> _WHAT IS BEING ASKED_:
Every line of the records below from the line with "v28 (-27.872229,22.906147,25.4)" up to and including the line with "e67 v44 v40 LINE" must be reproduced exactly, and no line outside that range.

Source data
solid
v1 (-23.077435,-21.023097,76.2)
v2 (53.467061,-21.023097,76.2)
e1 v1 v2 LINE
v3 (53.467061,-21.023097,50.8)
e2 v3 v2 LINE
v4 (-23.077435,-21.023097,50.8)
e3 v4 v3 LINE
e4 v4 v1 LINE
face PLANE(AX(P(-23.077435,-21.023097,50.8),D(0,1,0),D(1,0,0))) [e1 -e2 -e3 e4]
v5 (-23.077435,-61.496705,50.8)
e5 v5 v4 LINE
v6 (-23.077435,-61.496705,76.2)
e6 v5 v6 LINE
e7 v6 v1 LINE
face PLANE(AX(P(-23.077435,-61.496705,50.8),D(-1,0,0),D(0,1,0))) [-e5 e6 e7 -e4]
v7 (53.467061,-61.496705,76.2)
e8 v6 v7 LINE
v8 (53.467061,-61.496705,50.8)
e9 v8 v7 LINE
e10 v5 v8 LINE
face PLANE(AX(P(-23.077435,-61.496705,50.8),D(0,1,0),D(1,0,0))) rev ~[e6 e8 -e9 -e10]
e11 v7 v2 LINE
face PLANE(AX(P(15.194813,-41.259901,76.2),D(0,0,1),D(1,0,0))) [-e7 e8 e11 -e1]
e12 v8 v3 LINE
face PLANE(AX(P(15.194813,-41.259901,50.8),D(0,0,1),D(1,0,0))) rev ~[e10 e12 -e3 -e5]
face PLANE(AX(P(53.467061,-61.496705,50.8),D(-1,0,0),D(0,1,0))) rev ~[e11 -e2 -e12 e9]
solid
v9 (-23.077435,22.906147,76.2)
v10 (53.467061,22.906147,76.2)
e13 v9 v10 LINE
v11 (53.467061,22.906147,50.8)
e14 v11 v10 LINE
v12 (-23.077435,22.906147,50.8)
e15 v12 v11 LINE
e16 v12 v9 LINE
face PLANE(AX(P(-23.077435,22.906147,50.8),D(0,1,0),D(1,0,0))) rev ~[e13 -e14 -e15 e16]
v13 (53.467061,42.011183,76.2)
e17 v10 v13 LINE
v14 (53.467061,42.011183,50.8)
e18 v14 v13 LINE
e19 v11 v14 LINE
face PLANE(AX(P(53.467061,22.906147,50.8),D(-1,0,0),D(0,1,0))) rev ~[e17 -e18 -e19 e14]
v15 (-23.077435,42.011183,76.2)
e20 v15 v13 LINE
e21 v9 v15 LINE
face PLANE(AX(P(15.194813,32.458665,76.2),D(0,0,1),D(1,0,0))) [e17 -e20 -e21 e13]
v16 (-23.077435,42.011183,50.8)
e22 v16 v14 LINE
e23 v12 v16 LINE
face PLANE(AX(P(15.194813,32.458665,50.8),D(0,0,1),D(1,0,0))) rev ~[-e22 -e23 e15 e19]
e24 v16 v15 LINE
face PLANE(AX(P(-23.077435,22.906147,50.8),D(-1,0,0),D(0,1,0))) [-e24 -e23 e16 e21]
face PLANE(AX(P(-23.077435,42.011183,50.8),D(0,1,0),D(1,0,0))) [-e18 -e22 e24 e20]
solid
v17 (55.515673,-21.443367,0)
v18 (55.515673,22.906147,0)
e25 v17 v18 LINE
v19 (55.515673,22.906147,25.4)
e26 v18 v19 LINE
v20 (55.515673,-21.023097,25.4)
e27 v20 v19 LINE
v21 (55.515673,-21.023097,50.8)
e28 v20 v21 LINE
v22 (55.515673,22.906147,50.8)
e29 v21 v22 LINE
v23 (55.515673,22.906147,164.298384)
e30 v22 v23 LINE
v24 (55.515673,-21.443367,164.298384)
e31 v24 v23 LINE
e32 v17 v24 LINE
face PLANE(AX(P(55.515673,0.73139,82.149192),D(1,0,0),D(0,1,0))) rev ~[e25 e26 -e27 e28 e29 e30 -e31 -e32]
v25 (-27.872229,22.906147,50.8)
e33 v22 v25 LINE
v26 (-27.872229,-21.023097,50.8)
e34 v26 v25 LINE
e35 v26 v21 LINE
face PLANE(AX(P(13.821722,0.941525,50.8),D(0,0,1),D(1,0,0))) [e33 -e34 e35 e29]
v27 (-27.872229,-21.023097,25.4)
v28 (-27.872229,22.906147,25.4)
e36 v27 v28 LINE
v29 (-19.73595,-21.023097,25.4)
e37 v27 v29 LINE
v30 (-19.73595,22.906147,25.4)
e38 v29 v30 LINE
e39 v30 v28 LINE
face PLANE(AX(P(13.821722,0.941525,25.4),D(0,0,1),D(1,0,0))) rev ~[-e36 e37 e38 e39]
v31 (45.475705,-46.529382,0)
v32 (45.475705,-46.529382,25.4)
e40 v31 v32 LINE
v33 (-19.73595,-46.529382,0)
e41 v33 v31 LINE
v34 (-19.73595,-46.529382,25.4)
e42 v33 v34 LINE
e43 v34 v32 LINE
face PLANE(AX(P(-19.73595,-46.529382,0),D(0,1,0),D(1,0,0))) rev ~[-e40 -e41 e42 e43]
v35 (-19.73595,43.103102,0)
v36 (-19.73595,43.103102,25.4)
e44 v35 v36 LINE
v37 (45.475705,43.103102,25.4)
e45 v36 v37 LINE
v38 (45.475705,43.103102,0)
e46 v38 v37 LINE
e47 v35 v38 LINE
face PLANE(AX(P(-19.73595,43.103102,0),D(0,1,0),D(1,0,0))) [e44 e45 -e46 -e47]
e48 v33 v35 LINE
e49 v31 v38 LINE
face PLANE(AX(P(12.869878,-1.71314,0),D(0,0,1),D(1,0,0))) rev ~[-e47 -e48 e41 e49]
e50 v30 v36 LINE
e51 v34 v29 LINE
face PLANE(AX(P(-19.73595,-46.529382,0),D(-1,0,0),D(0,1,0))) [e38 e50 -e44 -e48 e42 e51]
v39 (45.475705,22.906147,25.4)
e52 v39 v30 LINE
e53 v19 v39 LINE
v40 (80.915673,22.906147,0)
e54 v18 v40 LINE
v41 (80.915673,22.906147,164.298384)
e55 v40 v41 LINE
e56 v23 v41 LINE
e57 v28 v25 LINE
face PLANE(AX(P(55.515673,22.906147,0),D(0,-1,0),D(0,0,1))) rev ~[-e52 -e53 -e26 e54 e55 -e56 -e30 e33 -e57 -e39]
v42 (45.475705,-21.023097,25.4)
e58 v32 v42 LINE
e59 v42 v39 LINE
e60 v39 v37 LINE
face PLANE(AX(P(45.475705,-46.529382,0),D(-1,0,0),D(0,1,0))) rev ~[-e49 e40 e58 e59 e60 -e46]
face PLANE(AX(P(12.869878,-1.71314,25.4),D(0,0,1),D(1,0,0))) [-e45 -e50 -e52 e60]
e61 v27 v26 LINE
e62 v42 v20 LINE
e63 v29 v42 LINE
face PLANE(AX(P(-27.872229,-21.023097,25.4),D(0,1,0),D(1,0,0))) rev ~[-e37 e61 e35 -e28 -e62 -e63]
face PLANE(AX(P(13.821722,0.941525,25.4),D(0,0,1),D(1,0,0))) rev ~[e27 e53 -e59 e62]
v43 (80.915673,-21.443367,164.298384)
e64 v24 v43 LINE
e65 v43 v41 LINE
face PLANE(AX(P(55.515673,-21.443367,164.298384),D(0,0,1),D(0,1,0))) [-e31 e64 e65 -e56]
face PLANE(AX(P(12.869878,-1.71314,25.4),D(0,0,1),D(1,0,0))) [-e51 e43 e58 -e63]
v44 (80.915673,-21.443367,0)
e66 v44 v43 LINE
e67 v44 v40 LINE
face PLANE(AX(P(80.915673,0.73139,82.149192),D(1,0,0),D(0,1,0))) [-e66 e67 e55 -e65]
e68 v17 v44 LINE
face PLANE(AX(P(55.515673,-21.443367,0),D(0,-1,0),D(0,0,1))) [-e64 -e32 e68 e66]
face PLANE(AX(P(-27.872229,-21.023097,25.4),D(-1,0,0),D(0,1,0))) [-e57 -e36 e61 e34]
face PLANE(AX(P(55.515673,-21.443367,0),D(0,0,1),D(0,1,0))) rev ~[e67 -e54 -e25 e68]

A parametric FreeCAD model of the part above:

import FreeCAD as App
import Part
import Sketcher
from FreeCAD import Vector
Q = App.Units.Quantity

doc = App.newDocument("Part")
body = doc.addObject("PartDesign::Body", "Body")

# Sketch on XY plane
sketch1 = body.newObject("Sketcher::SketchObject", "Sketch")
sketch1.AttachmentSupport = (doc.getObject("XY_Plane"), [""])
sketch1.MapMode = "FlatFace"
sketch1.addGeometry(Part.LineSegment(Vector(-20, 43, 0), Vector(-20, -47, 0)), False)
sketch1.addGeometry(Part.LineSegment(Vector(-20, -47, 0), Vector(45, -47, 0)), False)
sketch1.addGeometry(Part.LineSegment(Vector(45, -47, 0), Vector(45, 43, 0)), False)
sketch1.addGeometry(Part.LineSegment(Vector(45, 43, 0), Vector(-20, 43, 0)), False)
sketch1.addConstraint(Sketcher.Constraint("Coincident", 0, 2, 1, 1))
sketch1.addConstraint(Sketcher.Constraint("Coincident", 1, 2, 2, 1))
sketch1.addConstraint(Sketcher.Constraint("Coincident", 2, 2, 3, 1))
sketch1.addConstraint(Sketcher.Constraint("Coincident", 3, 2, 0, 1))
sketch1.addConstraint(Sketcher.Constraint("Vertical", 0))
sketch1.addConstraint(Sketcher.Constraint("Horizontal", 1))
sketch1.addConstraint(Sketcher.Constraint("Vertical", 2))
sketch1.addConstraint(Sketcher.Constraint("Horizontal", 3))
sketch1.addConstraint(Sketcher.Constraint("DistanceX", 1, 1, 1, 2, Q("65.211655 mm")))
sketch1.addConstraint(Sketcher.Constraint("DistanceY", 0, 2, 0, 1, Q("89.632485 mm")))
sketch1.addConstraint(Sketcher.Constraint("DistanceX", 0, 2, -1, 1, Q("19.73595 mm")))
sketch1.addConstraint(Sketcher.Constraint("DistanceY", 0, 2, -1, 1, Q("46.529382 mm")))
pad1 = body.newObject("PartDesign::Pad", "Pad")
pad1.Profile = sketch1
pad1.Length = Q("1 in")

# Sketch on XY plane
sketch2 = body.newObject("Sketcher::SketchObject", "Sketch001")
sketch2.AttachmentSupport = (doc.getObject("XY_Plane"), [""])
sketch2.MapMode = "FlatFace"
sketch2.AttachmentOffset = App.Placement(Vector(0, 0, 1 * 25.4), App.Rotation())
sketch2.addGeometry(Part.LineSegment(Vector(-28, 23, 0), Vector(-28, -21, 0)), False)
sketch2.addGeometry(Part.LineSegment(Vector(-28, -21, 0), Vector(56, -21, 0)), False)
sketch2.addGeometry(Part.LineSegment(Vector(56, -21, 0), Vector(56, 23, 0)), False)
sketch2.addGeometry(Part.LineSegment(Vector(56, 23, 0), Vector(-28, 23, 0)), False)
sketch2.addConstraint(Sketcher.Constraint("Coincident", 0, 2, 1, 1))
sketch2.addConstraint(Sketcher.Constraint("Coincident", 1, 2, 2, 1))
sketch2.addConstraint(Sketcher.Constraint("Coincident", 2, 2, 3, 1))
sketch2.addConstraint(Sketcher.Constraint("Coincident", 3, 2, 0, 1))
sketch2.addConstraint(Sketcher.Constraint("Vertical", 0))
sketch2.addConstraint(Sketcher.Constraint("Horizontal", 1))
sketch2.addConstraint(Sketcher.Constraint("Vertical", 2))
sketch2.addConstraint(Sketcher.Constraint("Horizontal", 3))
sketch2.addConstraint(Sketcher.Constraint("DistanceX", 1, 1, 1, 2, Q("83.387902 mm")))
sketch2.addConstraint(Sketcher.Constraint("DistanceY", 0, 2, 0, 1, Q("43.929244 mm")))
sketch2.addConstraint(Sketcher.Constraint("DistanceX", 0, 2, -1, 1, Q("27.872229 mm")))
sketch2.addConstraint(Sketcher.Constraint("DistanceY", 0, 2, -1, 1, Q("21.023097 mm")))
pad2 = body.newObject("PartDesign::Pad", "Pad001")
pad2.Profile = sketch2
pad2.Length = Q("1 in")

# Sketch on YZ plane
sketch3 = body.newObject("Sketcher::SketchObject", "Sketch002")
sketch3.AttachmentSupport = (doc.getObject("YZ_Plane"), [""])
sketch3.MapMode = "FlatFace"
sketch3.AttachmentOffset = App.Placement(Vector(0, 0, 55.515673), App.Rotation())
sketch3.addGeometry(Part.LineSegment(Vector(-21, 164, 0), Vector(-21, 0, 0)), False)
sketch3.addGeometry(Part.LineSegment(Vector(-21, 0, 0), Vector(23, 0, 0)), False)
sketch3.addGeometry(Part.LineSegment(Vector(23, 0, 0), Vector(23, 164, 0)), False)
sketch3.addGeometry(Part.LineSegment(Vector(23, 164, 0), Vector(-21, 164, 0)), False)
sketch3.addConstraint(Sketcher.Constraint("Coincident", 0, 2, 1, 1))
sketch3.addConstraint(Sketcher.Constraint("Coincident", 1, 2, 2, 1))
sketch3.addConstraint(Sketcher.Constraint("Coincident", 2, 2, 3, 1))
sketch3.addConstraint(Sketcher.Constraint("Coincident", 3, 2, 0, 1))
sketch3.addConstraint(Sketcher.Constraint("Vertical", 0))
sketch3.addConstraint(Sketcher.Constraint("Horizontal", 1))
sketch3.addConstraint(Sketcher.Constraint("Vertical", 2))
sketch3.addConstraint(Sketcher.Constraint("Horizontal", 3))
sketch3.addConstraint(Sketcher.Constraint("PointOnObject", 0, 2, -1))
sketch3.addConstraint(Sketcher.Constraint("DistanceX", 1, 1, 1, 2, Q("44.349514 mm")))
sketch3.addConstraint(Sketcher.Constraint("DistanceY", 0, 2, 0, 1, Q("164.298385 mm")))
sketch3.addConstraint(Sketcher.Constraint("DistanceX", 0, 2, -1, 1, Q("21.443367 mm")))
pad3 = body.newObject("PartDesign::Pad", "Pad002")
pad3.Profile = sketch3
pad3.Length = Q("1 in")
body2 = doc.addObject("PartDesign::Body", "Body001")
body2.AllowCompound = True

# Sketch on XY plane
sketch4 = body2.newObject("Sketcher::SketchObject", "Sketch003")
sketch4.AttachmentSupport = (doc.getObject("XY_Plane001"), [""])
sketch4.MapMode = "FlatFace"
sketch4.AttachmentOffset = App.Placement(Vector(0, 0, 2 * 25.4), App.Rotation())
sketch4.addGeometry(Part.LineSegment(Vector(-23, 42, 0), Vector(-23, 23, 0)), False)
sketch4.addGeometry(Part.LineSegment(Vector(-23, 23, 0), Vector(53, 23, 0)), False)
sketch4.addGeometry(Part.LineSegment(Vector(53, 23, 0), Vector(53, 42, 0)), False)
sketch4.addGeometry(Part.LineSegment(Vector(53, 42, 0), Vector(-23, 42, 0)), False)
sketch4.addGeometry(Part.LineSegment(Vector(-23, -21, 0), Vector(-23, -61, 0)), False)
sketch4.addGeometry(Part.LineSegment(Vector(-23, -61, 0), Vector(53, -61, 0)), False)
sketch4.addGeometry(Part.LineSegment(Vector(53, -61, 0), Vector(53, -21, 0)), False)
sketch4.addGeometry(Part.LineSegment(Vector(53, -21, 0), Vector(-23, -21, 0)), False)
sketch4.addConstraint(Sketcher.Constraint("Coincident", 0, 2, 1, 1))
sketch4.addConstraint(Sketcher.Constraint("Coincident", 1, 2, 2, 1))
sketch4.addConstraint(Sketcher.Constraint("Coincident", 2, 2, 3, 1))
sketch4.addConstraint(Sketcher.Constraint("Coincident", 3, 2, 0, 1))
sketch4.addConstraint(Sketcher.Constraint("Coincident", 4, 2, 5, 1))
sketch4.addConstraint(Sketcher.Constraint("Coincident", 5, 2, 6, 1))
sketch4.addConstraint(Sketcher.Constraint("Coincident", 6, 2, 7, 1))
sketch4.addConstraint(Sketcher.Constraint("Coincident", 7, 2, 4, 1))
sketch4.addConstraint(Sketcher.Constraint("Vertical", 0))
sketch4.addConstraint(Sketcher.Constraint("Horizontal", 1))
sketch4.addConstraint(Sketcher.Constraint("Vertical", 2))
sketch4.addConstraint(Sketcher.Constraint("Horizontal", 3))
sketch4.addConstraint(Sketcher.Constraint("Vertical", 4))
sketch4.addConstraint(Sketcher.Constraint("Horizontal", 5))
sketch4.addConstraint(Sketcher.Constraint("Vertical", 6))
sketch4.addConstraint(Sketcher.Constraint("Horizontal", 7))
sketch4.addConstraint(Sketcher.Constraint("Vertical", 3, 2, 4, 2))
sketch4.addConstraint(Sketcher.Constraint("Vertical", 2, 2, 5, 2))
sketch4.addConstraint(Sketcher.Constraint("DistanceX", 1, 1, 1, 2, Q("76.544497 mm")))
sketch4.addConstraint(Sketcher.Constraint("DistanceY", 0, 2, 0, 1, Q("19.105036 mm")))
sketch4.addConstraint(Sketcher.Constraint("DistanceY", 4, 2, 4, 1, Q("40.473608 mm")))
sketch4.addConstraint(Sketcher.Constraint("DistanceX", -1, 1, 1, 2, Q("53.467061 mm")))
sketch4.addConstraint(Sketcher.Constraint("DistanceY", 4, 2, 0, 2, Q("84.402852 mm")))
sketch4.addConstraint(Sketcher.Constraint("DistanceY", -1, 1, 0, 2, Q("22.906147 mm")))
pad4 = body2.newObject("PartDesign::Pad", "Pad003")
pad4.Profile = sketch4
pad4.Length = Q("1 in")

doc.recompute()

> _TASK SOLUTION_:
v28 (-27.872229,22.906147,25.4)
e36 v27 v28 LINE
v29 (-19.73595,-21.023097,25.4)
e37 v27 v29 LINE
v30 (-19.73595,22.906147,25.4)
e38 v29 v30 LINE
e39 v30 v28 LINE
face PLANE(AX(P(13.821722,0.941525,25.4),D(0,0,1),D(1,0,0))) rev ~[-e36 e37 e38 e39]
v31 (45.475705,-46.529382,0)
v32 (45.475705,-46.529382,25.4)
e40 v31 v32 LINE
v33 (-19.73595,-46.529382,0)
e41 v33 v31 LINE
v34 (-19.73595,-46.529382,25.4)
e42 v33 v34 LINE
e43 v34 v32 LINE
face PLANE(AX(P(-19.73595,-46.529382,0),D(0,1,0),D(1,0,0))) rev ~[-e40 -e41 e42 e43]
v35 (-19.73595,43.103102,0)
v36 (-19.73595,43.103102,25.4)
e44 v35 v36 LINE
v37 (45.475705,43.103102,25.4)
e45 v36 v37 LINE
v38 (45.475705,43.103102,0)
e46 v38 v37 LINE
e47 v35 v38 LINE
face PLANE(AX(P(-19.73595,43.103102,0),D(0,1,0),D(1,0,0))) [e44 e45 -e46 -e47]
e48 v33 v35 LINE
e49 v31 v38 LINE
face PLANE(AX(P(12.869878,-1.71314,0),D(0,0,1),D(1,0,0))) rev ~[-e47 -e48 e41 e49]
e50 v30 v36 LINE
e51 v34 v29 LINE
face PLANE(AX(P(-19.73595,-46.529382,0),D(-1,0,0),D(0,1,0))) [e38 e50 -e44 -e48 e42 e51]
v39 (45.475705,22.906147,25.4)
e52 v39 v30 LINE
e53 v19 v39 LINE
v40 (80.915673,22.906147,0)
e54 v18 v40 LINE
v41 (80.915673,22.906147,164.298384)
e55 v40 v41 LINE
e56 v23 v41 LINE
e57 v28 v25 LINE
face PLANE(AX(P(55.515673,22.906147,0),D(0,-1,0),D(0,0,1))) rev ~[-e52 -e53 -e26 e54 e55 -e56 -e30 e33 -e57 -e39]
v42 (45.475705,-21.023097,25.4)
e58 v32 v42 LINE
e59 v42 v39 LINE
e60 v39 v37 LINE
face PLANE(AX(P(45.475705,-46.529382,0),D(-1,0,0),D(0,1,0))) rev ~[-e49 e40 e58 e59 e60 -e46]
face PLANE(AX(P(12.869878,-1.71314,25.4),D(0,0,1),D(1,0,0))) [-e45 -e50 -e52 e60]
e61 v27 v26 LINE
e62 v42 v20 LINE
e63 v29 v42 LINE
face PLANE(AX(P(-27.872229,-21.023097,25.4),D(0,1,0),D(1,0,0))) rev ~[-e37 e61 e35 -e28 -e62 -e63]
face PLANE(AX(P(13.821722,0.941525,25.4),D(0,0,1),D(1,0,0))) rev ~[e27 e53 -e59 e62]
v43 (80.915673,-21.443367,164.298384)
e64 v24 v43 LINE
e65 v43 v41 LINE
face PLANE(AX(P(55.515673,-21.443367,164.298384),D(0,0,1),D(0,1,0))) [-e31 e64 e65 -e56]
face PLANE(AX(P(12.869878,-1.71314,25.4),D(0,0,1),D(1,0,0))) [-e51 e43 e58 -e63]
v44 (80.915673,-21.443367,0)
e66 v44 v43 LINE
e67 v44 v40 LINE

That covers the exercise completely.